Pause and think: What model architectures need new MI methods?

MI techniques developed for language models (SAEs, probing, patching) transfer to vision and multimodal models with some adaptation. But diffusion models required the concept of temporal evolution, which is absent from language models.

What other model architectures might require fundamentally new MI approaches? Consider reinforcement learning agents that interact with environments, models that use external tools (calculators, search engines), or models with explicit memory systems.
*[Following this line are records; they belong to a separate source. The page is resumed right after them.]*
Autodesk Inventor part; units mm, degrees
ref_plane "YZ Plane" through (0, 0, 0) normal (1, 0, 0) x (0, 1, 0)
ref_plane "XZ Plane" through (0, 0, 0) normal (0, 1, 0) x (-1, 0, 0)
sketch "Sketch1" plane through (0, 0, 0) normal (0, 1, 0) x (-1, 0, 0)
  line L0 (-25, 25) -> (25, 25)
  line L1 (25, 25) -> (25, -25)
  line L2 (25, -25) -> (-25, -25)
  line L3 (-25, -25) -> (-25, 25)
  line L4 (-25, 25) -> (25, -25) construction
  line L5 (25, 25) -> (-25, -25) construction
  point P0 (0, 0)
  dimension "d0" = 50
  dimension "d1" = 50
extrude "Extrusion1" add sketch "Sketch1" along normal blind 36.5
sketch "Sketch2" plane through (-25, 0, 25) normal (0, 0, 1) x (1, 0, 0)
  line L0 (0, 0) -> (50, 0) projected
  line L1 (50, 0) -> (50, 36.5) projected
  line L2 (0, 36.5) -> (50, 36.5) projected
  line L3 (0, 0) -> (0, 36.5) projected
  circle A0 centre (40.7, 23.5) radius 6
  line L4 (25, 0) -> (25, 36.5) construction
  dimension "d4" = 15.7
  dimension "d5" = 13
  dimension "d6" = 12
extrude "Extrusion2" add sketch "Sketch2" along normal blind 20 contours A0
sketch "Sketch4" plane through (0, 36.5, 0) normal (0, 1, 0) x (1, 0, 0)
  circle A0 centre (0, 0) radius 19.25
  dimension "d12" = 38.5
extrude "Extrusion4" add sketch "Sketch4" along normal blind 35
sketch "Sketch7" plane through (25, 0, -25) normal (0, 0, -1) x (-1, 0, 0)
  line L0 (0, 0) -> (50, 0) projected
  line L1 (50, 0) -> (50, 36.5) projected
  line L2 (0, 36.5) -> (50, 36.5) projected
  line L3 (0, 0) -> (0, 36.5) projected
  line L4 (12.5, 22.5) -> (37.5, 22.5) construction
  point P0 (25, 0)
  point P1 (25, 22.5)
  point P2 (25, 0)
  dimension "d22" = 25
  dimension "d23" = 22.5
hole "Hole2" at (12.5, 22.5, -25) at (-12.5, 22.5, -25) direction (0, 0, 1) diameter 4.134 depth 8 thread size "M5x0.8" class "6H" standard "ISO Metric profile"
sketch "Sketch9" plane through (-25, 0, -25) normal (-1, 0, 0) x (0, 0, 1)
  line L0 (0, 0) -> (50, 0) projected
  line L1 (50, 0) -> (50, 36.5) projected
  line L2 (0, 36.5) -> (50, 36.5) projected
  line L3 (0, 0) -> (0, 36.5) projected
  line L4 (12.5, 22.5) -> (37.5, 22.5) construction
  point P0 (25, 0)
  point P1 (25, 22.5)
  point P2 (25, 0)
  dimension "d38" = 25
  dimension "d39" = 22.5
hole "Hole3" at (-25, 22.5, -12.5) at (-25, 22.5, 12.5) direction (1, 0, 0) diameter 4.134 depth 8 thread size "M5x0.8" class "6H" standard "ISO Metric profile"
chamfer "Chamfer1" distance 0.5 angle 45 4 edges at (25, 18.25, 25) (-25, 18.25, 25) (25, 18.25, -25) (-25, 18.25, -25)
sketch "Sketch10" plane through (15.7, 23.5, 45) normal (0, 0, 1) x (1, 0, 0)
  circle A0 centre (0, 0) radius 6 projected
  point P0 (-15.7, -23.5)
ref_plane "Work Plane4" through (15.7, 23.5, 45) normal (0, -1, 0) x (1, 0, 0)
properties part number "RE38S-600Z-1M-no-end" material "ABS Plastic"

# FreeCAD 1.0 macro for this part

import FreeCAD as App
import Part
import Sketcher


def edges_at(feature, points):
    """Names of the edges that pass closest to the given points."""
    edges = feature.Shape.Edges
    near = lambda p: min(range(len(edges)), key=lambda i: edges[i].distToShape(Part.Vertex(*p))[0])
    return sorted({f"Edge{near(p) + 1}" for p in points})

doc = App.newDocument("Part")
body = doc.addObject("PartDesign::Body", "Body")

sketch1 = body.newObject("Sketcher::SketchObject", "Sketch")
sketch1.AttachmentSupport = (doc.getObject("XZ_Plane"), [""])
sketch1.MapMode = "FlatFace"
sketch1.addGeometry(Part.LineSegment(App.Vector(-25, 25, 0), App.Vector(25, 25, 0)), False)
sketch1.addGeometry(Part.LineSegment(App.Vector(25, 25, 0), App.Vector(25, -25, 0)), False)
sketch1.addGeometry(Part.LineSegment(App.Vector(25, -25, 0), App.Vector(-25, -25, 0)), False)
sketch1.addGeometry(Part.LineSegment(App.Vector(-25, -25, 0), App.Vector(-25, 25, 0)), False)
sketch1.addConstraint(Sketcher.Constraint("Coincident", 0, 2, 1, 1))
sketch1.addConstraint(Sketcher.Constraint("Coincident", 1, 2, 2, 1))
sketch1.addConstraint(Sketcher.Constraint("Coincident", 2, 2, 3, 1))
sketch1.addConstraint(Sketcher.Constraint("Coincident", 3, 2, 0, 1))
sketch1.addConstraint(Sketcher.Constraint("Horizontal", 0))
sketch1.addConstraint(Sketcher.Constraint("Vertical", 1))
sketch1.addConstraint(Sketcher.Constraint("Horizontal", 2))
sketch1.addConstraint(Sketcher.Constraint("Vertical", 3))
sketch1.addConstraint(Sketcher.Constraint("Symmetric", 0, 2, 2, 2, -1, 1))
sketch1.addConstraint(Sketcher.Constraint("Equal", 2, 1))
sketch1.addConstraint(Sketcher.Constraint("DistanceX", 0, 1, 0, 2, 50.0))
pad1 = body.newObject("PartDesign::Pad", "Pad")
pad1.Profile = sketch1
pad1.Length = 36.5
pad1.Reversed = True

sketch2 = body.newObject("Sketcher::SketchObject", "Sketch001")
sketch2.AttachmentSupport = (doc.getObject("XY_Plane"), [""])
sketch2.MapMode = "FlatFace"
sketch2.AttachmentOffset = App.Placement(App.Vector(0, 0, 25), App.Rotation())
sketch2.addGeometry(Part.Circle(App.Vector(16, 24, 0), App.Vector(0, 0, 1), 6), False)
sketch2.addConstraint(Sketcher.Constraint("Diameter", 0, 12.0))
sketch2.addConstraint(Sketcher.Constraint("DistanceX", -1, 1, 0, 3, 15.7))
sketch2.addConstraint(Sketcher.Constraint("DistanceY", -1, 1, 0, 3, 23.5))
pad2 = body.newObject("PartDesign::Pad", "Pad001")
pad2.Profile = sketch2
pad2.Length = 20

sketch3 = body.newObject("Sketcher::SketchObject", "Sketch002")
sketch3.AttachmentSupport = (doc.getObject("XZ_Plane"), [""])
sketch3.MapMode = "FlatFace"
sketch3.AttachmentOffset = App.Placement(App.Vector(0, 0, -36.5), App.Rotation())
sketch3.addGeometry(Part.Circle(App.Vector(0, 0, 0), App.Vector(0, 0, 1), 19), False)
sketch3.addConstraint(Sketcher.Constraint("Coincident", 0, 3, -1, 1))
sketch3.addConstraint(Sketcher.Constraint("Diameter", 0, 38.5))
pad3 = body.newObject("PartDesign::Pad", "Pad002")
pad3.Profile = sketch3
pad3.Length = 35
pad3.Reversed = True

sketch4 = body.newObject("Sketcher::SketchObject", "Sketch003")
sketch4.AttachmentSupport = (doc.getObject("XY_Plane"), [""])
sketch4.MapMode = "FlatFace"
sketch4.AttachmentOffset = App.Placement(App.Vector(0, 0, -25), App.Rotation())
sketch4.addGeometry(Part.Circle(App.Vector(12.5, 22.5, 0), App.Vector(0, 0, 1), 2.1), False)
sketch4.addGeometry(Part.Circle(App.Vector(-12.5, 22.5, 0), App.Vector(0, 0, 1), 2.1), False)
sketch4.addConstraint(Sketcher.Constraint("Equal", 0, 1))
sketch4.addConstraint(Sketcher.Constraint("Symmetric", 0, 3, 1, 3, -2))
sketch4.addConstraint(Sketcher.Constraint("Diameter", 0, 4.134))
sketch4.addConstraint(Sketcher.Constraint("DistanceX", 1, 3, 0, 3, 25.0))
sketch4.addConstraint(Sketcher.Constraint("DistanceY", -1, 1, 0, 3, 22.5))
doc.recompute()
hole = body.newObject("PartDesign::Hole", "Hole")
hole.Profile = sketch4
hole.ThreadType = "None"
hole.Diameter = 4.134
hole.DepthType = "Dimension"
hole.Depth = 8
hole.DrillPoint = "Flat"
hole.Reversed = True

sketch5 = body.newObject("Sketcher::SketchObject", "Sketch004")
sketch5.AttachmentSupport = (doc.getObject("YZ_Plane"), [""])
sketch5.MapMode = "FlatFace"
sketch5.AttachmentOffset = App.Placement(App.Vector(0, 0, -25), App.Rotation())
sketch5.addGeometry(Part.Circle(App.Vector(22.5, -12.5, 0), App.Vector(0, 0, 1), 2.1), False)
sketch5.addGeometry(Part.Circle(App.Vector(22.5, 12.5, 0), App.Vector(0, 0, 1), 2.1), False)
sketch5.addConstraint(Sketcher.Constraint("Equal", 0, 1))
sketch5.addConstraint(Sketcher.Constraint("Symmetric", 0, 3, 1, 3, -1))
sketch5.addConstraint(Sketcher.Constraint("Diameter", 0, 4.134))
sketch5.addConstraint(Sketcher.Constraint("DistanceY", 0, 3, 1, 3, 25.0))
sketch5.addConstraint(Sketcher.Constraint("DistanceX", -1, 1, 0, 3, 22.5))
doc.recompute()
hole2 = body.newObject("PartDesign::Hole", "Hole001")
hole2.Profile = sketch5
hole2.ThreadType = "None"
hole2.Diameter = 4.134
hole2.DepthType = "Dimension"
hole2.Depth = 8
hole2.DrillPoint = "Flat"
hole2.Reversed = True
doc.recompute()

chamfer = body.newObject("PartDesign::Chamfer", "Chamfer")
chamfer.Base = (hole2, edges_at(hole2, [
    (25, 18.25, 25),
    (-25, 18.25, 25),
    (25, 18.25, -25),
    (-25, 18.25, -25),
]))
chamfer.Size = 0.5

doc.recompute()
What new dimensions of computation would MI need to address in each case?

An Honest Assessment

The state of multimodal MI can be summarized concisely:

What works:

  • SAEs transfer well to vision encoders, especially CLIP
  • Probing and activation patching extend to multimodal settings
  • Feature steering works across modalities wherever the linear representation hypothesis holds

What is still early:

  • VLM integration mechanisms are poorly understood -- we know visual and textual information are combined, but not exactly how
  • Diffusion circuit analysis is nascent -- functional specialization has been identified, but complete circuits have not been traced
  • There is no multimodal equivalent of the IOI circuit -- no canonical, deeply analyzed example yet

The gap:

  • Multimodal MI is largely observational. Causal analysis lags behind the language model field by 2-3 years. Most results describe what features exist or what correlations hold, without the rigorous causal validation that characterizes the best text-based MI work.The observational-to-causal gap is a recurring theme in MI's expansion. Each new domain starts with observational findings ('these features exist'), progresses to causal verification ('these features matter'), and eventually produces circuit-level understanding ('here is how the features connect'). Language MI has reached the third stage for some behaviors. Multimodal MI is still transitioning from the first to the second.

Key Takeaways

  • CLIP interpretability benefits from the shared text-image embedding space, which provides free labeling for visual SAE features. SAEs for CLIP find interpretable visual concepts, and 10-15% of features are steerable.
  • VLM interpretability is early-stage. Visual tokens are processed similarly to text tokens, but integration mechanisms between modalities are not yet well understood.
  • Diffusion model interpretability reveals functionally distinct attention mechanisms and temporal concept evolution across denoising steps -- a dimension absent from language model analysis.
  • The field is expanding from single-model, single-modality analysis to cross-model, cross-modal investigation. The toolkit (SAEs, patching, steering) transfers, but each new modality introduces new challenges.
  • Persistent challenges: no canonical multimodal circuit example, causal analysis lags behind observational findings, and the temporal dimension of diffusion models requires new methods.